Now that you've seen these capabilities in action, consider:

1. **Experimenting with Your Own Videos**: Upload your own content to test these capabilities
2. **Customizing Prompts**: Adjust prompts to focus on specific aspects relevant to your use case
3. **Building Pipelines**: Integrate these capabilities into automated video processing workflows
4. **Combining Capabilities**: Use multiple capabilities together for comprehensive video analysis
5. **Scaling Up**: Process larger video libraries using batch processing techniques
6. **Cost Optimization**: Use the cost tracking data to optimize your video analysis workflows
7. **Integration**: Connect these capabilities to your existing systems via APIs
8. **Advanced Use Cases**: Explore domain-specific applications like sports analytics, security monitoring, or content creation

### Additional Resources

- [Amazon Nova Omni Documentation](https://docs.aws.amazon.com/bedrock/latest/userguide/models-nova.html)
- [Amazon Bedrock User Guide](https://docs.aws.amazon.com/bedrock/latest/userguide/what-is-bedrock.html)
- [Amazon Nova Samples Repository](https://github.com/aws-samples/amazon-nova-samples)
- [Bedrock Pricing](https://aws.amazon.com/bedrock/pricing/)
- [Amazon Bedrock API Reference](https://docs.aws.amazon.com/bedrock/latest/APIReference/welcome.html)

### Conclusion

Amazon Nova Omni provides powerful video understanding capabilities that can transform how you analyze and process video content.
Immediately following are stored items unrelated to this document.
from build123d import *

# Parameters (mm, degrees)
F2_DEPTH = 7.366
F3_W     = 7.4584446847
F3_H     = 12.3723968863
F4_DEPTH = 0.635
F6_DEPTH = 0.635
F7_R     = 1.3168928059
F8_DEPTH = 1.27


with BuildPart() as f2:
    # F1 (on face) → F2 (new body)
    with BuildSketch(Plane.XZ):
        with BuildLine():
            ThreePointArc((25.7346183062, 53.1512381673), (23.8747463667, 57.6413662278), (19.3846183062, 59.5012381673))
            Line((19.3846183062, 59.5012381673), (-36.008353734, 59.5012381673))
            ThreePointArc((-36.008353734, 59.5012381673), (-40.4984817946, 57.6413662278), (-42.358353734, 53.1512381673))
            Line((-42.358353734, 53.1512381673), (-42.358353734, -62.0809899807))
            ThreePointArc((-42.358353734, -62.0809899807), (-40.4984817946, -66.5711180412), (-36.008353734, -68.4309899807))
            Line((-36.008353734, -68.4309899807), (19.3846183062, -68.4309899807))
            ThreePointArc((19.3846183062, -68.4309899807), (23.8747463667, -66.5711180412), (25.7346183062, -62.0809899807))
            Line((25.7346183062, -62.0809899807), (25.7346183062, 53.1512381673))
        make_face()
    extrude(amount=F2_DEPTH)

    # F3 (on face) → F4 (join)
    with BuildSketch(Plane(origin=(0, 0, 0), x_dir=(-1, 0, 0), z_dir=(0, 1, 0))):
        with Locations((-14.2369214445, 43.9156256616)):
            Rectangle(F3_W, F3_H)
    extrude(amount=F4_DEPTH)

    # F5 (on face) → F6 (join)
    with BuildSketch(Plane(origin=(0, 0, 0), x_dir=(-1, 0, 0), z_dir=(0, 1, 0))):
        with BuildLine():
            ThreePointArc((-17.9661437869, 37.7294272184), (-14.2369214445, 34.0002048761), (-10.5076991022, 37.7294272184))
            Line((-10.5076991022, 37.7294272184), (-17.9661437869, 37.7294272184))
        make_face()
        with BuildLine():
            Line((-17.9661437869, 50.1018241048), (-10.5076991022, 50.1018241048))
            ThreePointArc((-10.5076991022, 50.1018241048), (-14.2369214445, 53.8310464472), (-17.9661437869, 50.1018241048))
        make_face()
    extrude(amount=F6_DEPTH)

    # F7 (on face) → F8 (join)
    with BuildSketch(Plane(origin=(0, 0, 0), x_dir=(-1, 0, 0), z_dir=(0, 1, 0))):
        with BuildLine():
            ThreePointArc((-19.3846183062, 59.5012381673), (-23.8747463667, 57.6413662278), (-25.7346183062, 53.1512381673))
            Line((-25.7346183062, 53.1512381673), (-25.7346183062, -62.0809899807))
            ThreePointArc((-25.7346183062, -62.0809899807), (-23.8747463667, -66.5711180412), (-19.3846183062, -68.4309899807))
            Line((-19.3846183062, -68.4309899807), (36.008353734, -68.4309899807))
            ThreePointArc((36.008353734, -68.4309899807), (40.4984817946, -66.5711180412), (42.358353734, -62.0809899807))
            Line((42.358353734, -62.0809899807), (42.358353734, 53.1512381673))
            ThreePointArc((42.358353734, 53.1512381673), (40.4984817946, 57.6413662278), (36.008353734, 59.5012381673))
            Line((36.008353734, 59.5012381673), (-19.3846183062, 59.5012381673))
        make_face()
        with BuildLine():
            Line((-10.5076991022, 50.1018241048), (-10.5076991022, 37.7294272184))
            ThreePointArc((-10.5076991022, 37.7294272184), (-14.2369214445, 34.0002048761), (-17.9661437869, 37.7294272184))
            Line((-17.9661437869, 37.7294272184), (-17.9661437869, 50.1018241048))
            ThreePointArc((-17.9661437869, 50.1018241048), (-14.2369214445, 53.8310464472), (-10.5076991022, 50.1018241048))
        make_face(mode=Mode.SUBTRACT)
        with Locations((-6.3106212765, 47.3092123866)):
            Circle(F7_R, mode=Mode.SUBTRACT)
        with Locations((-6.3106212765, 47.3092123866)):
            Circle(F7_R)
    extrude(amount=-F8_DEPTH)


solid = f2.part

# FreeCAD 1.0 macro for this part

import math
import FreeCAD as App
import Part
import Sketcher

V = App.Vector
Q = App.Units.Quantity


def add_polygon(sketch, points):
    """Adds a closed chain of lines whose ends are joined by coincident constraints."""
    first, n = sketch.GeometryCount, len(points)
    for a, b in zip(points, points[1:] + points[:1]):
        sketch.addGeometry(Part.LineSegment(App.Vector(*a, 0), App.Vector(*b, 0)), False)
    for i in range(n):
        sketch.addConstraint(Sketcher.Constraint("Coincident", first + i, 2, first + (i + 1) % n, 1))

doc = App.newDocument("Part")
params = doc.addObject("Spreadsheet::Sheet", "Params")
for row, (alias, value) in enumerate([
    ("sketch1_radius", "0.25 in"),
    ("pad1_length", "0.29 in"),
    ("pad2_length", "0.025 in"),
    ("pad3_length", "0.025 in"),
    ("sketch4_radius", "0.25 in"),
    ("pad4_length", "0.05 in"),
], start=1):
    params.set(f"A{row}", alias)
    params.set(f"B{row}", "=" + value)
    params.setAlias(f"B{row}", alias)

body = doc.addObject("PartDesign::Body", "Body")

sketch1 = body.newObject("Sketcher::SketchObject", "Sketch")
sketch1.AttachmentSupport = (doc.getObject("XZ_Plane"), [""])
sketch1.MapMode = "FlatFace"
sketch1.addGeometry(Part.ArcOfCircle(Part.Circle(V(19, 53, 0), V(0, 0, 1), 6), math.radians(0), math.radians(90)), False)
sketch1.addGeometry(Part.LineSegment(V(19, 60, 0), V(-36, 60, 0)), False)
sketch1.addGeometry(Part.ArcOfCircle(Part.Circle(V(-36, 53, 0), V(0, 0, 1), 6), math.radians(90), math.radians(180)), False)
sketch1.addGeometry(Part.LineSegment(V(-42, 53, 0), V(-42, -62, 0)), False)
sketch1.addGeometry(Part.ArcOfCircle(Part.Circle(V(-36, -62, 0), V(0, 0, 1), 6), math.radians(180), math.radians(270)), False)
sketch1.addGeometry(Part.LineSegment(V(-36, -68, 0), V(19, -68, 0)), False)
sketch1.addGeometry(Part.ArcOfCircle(Part.Circle(V(19, -62, 0), V(0, 0, 1), 6), math.radians(-90), math.radians(0)), False)
sketch1.addGeometry(Part.LineSegment(V(26, -62, 0), V(26, 53, 0)), False)
sketch1.addConstraint(Sketcher.Constraint("Tangent", 0, 2, 1, 1))
sketch1.addConstraint(Sketcher.Constraint("Tangent", 1, 2, 2, 1))
sketch1.addConstraint(Sketcher.Constraint("Tangent", 2, 2, 3, 1))
sketch1.addConstraint(Sketcher.Constraint("Tangent", 3, 2, 4, 1))
sketch1.addConstraint(Sketcher.Constraint("Tangent", 4, 2, 5, 1))
sketch1.addConstraint(Sketcher.Constraint("Tangent", 5, 2, 6, 1))
sketch1.addConstraint(Sketcher.Constraint("Tangent", 6, 2, 7, 1))
sketch1.addConstraint(Sketcher.Constraint("Tangent", 7, 2, 0, 1))
sketch1.addConstraint(Sketcher.Constraint("Horizontal", 1))
sketch1.addConstraint(Sketcher.Constraint("Vertical", 3))
sketch1.addConstraint(Sketcher.Constraint("Horizontal", 5))
sketch1.addConstraint(Sketcher.Constraint("Vertical", 7))
sketch1.addConstraint(Sketcher.Constraint("Equal", 0, 2))
sketch1.addConstraint(Sketcher.Constraint("Equal", 2, 4))
sketch1.addConstraint(Sketcher.Constraint("Equal", 4, 6))
sketch1.addConstraint(Sketcher.Constraint("Radius", 0, Q("0.25 in")))
sketch1.addConstraint(Sketcher.Constraint("DistanceY", 3, 2, 3, 1, Q("115.232228 mm")))
sketch1.addConstraint(Sketcher.Constraint("DistanceX", 1, 2, 1, 1, Q("55.392972 mm")))
sketch1.addConstraint(Sketcher.Constraint("DistanceX", -1, 1, 0, 3, Q("19.384618 mm")))
sketch1.addConstraint(Sketcher.Constraint("DistanceY", -1, 1, 0, 3, Q("53.151238 mm")))
sketch1.setExpression("Constraints[15]", "Params.sketch1_radius")
pad1 = body.newObject("PartDesign::Pad", "Pad")
pad1.Profile = sketch1
pad1.setExpression("Length", "Params.pad1_length")

sketch2 = body.newObject("Sketcher::SketchObject", "Sketch001")
sketch2.AttachmentSupport = (doc.getObject("XZ_Plane"), [""])
sketch2.MapMode = "FlatFace"
add_polygon(sketch2, [(18, 50), (18, 38), (11, 38), (11, 50)])
sketch2.addConstraint(Sketcher.Constraint("Vertical", 0))
sketch2.addConstraint(Sketcher.Constraint("Horizontal", 1))
sketch2.addConstraint(Sketcher.Constraint("Vertical", 2))
sketch2.addConstraint(Sketcher.Constraint("Horizontal", 3))
sketch2.addConstraint(Sketcher.Constraint("DistanceX", -1, 1, 1, 2, Q("10.507699 mm")))
sketch2.addConstraint(Sketcher.Constraint("DistanceX", 1, 2, 1, 1, Q("7.458445 mm")))
sketch2.addConstraint(Sketcher.Constraint("DistanceY", 0, 2, 0, 1, Q("12.372397 mm")))
sketch2.addConstraint(Sketcher.Constraint("DistanceY", -1, 1, 0, 2, Q("37.729427 mm")))
pad2 = body.newObject("PartDesign::Pad", "Pad001")
pad2.Profile = sketch2
pad2.setExpression("Length", "Params.pad2_length")
pad2.Reversed = True

sketch3 = body.newObject("Sketcher::SketchObject", "Sketch002")
sketch3.AttachmentSupport = (doc.getObject("XZ_Plane"), [""])
sketch3.MapMode = "FlatFace"
sketch3.addGeometry(Part.ArcOfCircle(Part.Circle(V(14.2, 37.7, 0), V(0, 0, 1), 3.7), math.radians(180), math.radians(360)), False)
sketch3.addGeometry(Part.LineSegment(V(10.5, 37.7, 0), V(18, 37.7, 0)), False)
sketch3.addGeometry(Part.LineSegment(V(18, 50.1, 0), V(10.5, 50.1, 0)), False)
sketch3.addGeometry(Part.ArcOfCircle(Part.Circle(V(14.2, 50.1, 0), V(0, 0, 1), 3.7), math.radians(0), math.radians(180)), False)
sketch3.addConstraint(Sketcher.Constraint("Coincident", 0, 1, 1, 1))
sketch3.addConstraint(Sketcher.Constraint("Coincident", 1, 2, 0, 2))
sketch3.addConstraint(Sketcher.Constraint("Coincident", 2, 1, 3, 1))
sketch3.addConstraint(Sketcher.Constraint("Coincident", 3, 2, 2, 2))
sketch3.addConstraint(Sketcher.Constraint("Horizontal", 1))
sketch3.addConstraint(Sketcher.Constraint("Horizontal", 2))
sketch3.addConstraint(Sketcher.Constraint("Equal", 0, 3))
sketch3.addConstraint(Sketcher.Constraint("Horizontal", 3, 3, 2, 1))
sketch3.addConstraint(Sketcher.Constraint("Vertical", 0, 3, 3, 3))
sketch3.addConstraint(Sketcher.Constraint("Radius", 0, Q("3.729222 mm")))
sketch3.addConstraint(Sketcher.Constraint("DistanceX", -1, 1, 0, 1, Q("10.507699 mm")))
sketch3.addConstraint(Sketcher.Constraint("DistanceY", -1, 1, 0, 3, Q("37.729427 mm")))
sketch3.addConstraint(Sketcher.Constraint("DistanceY", -1, 1, 3, 3, Q("50.101824 mm")))
sketch3.addConstraint(Sketcher.Constraint("DistanceY", -1, 1, 0, 1, Q("37.729427 mm")))
pad3 = body.newObject("PartDesign::Pad", "Pad002")
pad3.Profile = sketch3
pad3.setExpression("Length", "Params.pad3_length")
pad3.Reversed = True

sketch4 = body.newObject("Sketcher::SketchObject", "Sketch003")
sketch4.AttachmentSupport = (doc.getObject("XZ_Plane"), [""])
sketch4.MapMode = "FlatFace"
sketch4.addGeometry(Part.ArcOfCircle(Part.Circle(V(19.4, 53.2, 0), V(0, 0, 1), 6.3), math.radians(0), math.radians(90)), False)
sketch4.addGeometry(Part.LineSegment(V(25.7, 53.2, 0), V(25.7, -62.1, 0)), False)
sketch4.addGeometry(Part.ArcOfCircle(Part.Circle(V(19.4, -62.1, 0), V(0, 0, 1), 6.3), math.radians(-90), math.radians(0)), False)
sketch4.addGeometry(Part.LineSegment(V(19.4, -68.4, 0), V(-36, -68.4, 0)), False)
sketch4.addGeometry(Part.ArcOfCircle(Part.Circle(V(-36, -62.1, 0), V(0, 0, 1), 6.3), math.radians(180), math.radians(270)), False)
sketch4.addGeometry(Part.LineSegment(V(-42.4, -62.1, 0), V(-42.4, 53.2, 0)), False)
sketch4.addGeometry(Part.ArcOfCircle(Part.Circle(V(-36, 53.2, 0), V(0, 0, 1), 6.3), math.radians(90), math.radians(180)), False)
sketch4.addGeometry(Part.LineSegment(V(-36, 59.5, 0), V(19.4, 59.5, 0)), False)
sketch4.addGeometry(Part.ArcOfCircle(Part.Circle(V(14.2, 50.1, 0), V(0, 0, 1), 3.7), math.radians(0), math.radians(180)), False)
sketch4.addGeometry(Part.LineSegment(V(10.5, 50.1, 0), V(10.5, 37.7, 0)), False)
sketch4.addGeometry(Part.ArcOfCircle(Part.Circle(V(14.2, 37.7, 0), V(0, 0, 1), 3.7), math.radians(180), math.radians(360)), False)
sketch4.addGeometry(Part.LineSegment(V(18, 37.7, 0), V(18, 50.1, 0)), False)
sketch4.addConstraint(Sketcher.Constraint("Tangent", 0, 1, 1, 1))
sketch4.addConstraint(Sketcher.Constraint("Tangent", 1, 2, 2, 2))
sketch4.addConstraint(Sketcher.Constraint("Tangent", 2, 1, 3, 1))
sketch4.addConstraint(Sketcher.Constraint("Tangent", 3, 2, 4, 2))
sketch4.addConstraint(Sketcher.Constraint("Tangent", 4, 1, 5, 1))
sketch4.addConstraint(Sketcher.Constraint("Tangent", 5, 2, 6, 2))
sketch4.addConstraint(Sketcher.Constraint("Tangent", 6, 1, 7, 1))
sketch4.addConstraint(Sketcher.Constraint("Tangent", 7, 2, 0, 2))
sketch4.addConstraint(Sketcher.Constraint("Tangent", 8, 2, 9, 1))
sketch4.addConstraint(Sketcher.Constraint("Tangent", 9, 2, 10, 1))
sketch4.addConstraint(Sketcher.Constraint("Tangent", 10, 2, 11, 1))
sketch4.addConstraint(Sketcher.Constraint("Tangent", 11, 2, 8, 1))
sketch4.addConstraint(Sketcher.Constraint("Vertical", 1))
sketch4.addConstraint(Sketcher.Constraint("Horizontal", 3))
sketch4.addConstraint(Sketcher.Constraint("Vertical", 5))
sketch4.addConstraint(Sketcher.Constraint("Horizontal", 7))
sketch4.addConstraint(Sketcher.Constraint("Vertical", 9))
sketch4.addConstraint(Sketcher.Constraint("Vertical", 11))
sketch4.addConstraint(Sketcher.Constraint("Equal", 0, 2))
sketch4.addConstraint(Sketcher.Constraint("Equal", 2, 4))
sketch4.addConstraint(Sketcher.Constraint("Equal", 4, 6))
sketch4.addConstraint(Sketcher.Constraint("Radius", 0, Q("0.25 in")))
sketch4.addConstraint(Sketcher.Constraint("Radius", 8, Q("3.729222 mm")))
sketch4.addConstraint(Sketcher.Constraint("DistanceY", 1, 2, 1, 1, Q("115.232228 mm")))
sketch4.addConstraint(Sketcher.Constraint("DistanceX", -1, 1, 8, 2, Q("10.507699 mm")))
sketch4.addConstraint(Sketcher.Constraint("DistanceX", 3, 2, 3, 1, Q("55.392972 mm")))
sketch4.addConstraint(Sketcher.Constraint("DistanceY", 9, 2, 9, 1, Q("12.372397 mm")))
sketch4.addConstraint(Sketcher.Constraint("DistanceX", -1, 1, 0, 3, Q("19.384618 mm")))
sketch4.addConstraint(Sketcher.Constraint("DistanceY", -1, 1, 0, 3, Q("53.151238 mm")))
sketch4.addConstraint(Sketcher.Constraint("DistanceY", 10, 3, 0, 3, Q("15.421811 mm")))
sketch4.setExpression("Constraints[21]", "Params.sketch4_radius")
pad4 = body.newObject("PartDesign::Pad", "Pad003")
pad4.Profile = sketch4
pad4.setExpression("Length", "Params.pad4_length")

doc.recompute()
From simple summarization to complex logo recognition and content moderation, these capabilities enable you to extract valuable insights from video at scale.

The combination of precise temporal understanding, structured outputs, and comprehensive cost tracking makes Nova Omni an excellent choice for production video analysis workflows. Whether you're building content moderation systems, brand monitoring tools, or automated video indexing solutions, Nova Omni provides the foundation for sophisticated video intelligence applications.

Thank you for exploring Amazon Nova Omni's video understanding capabilities!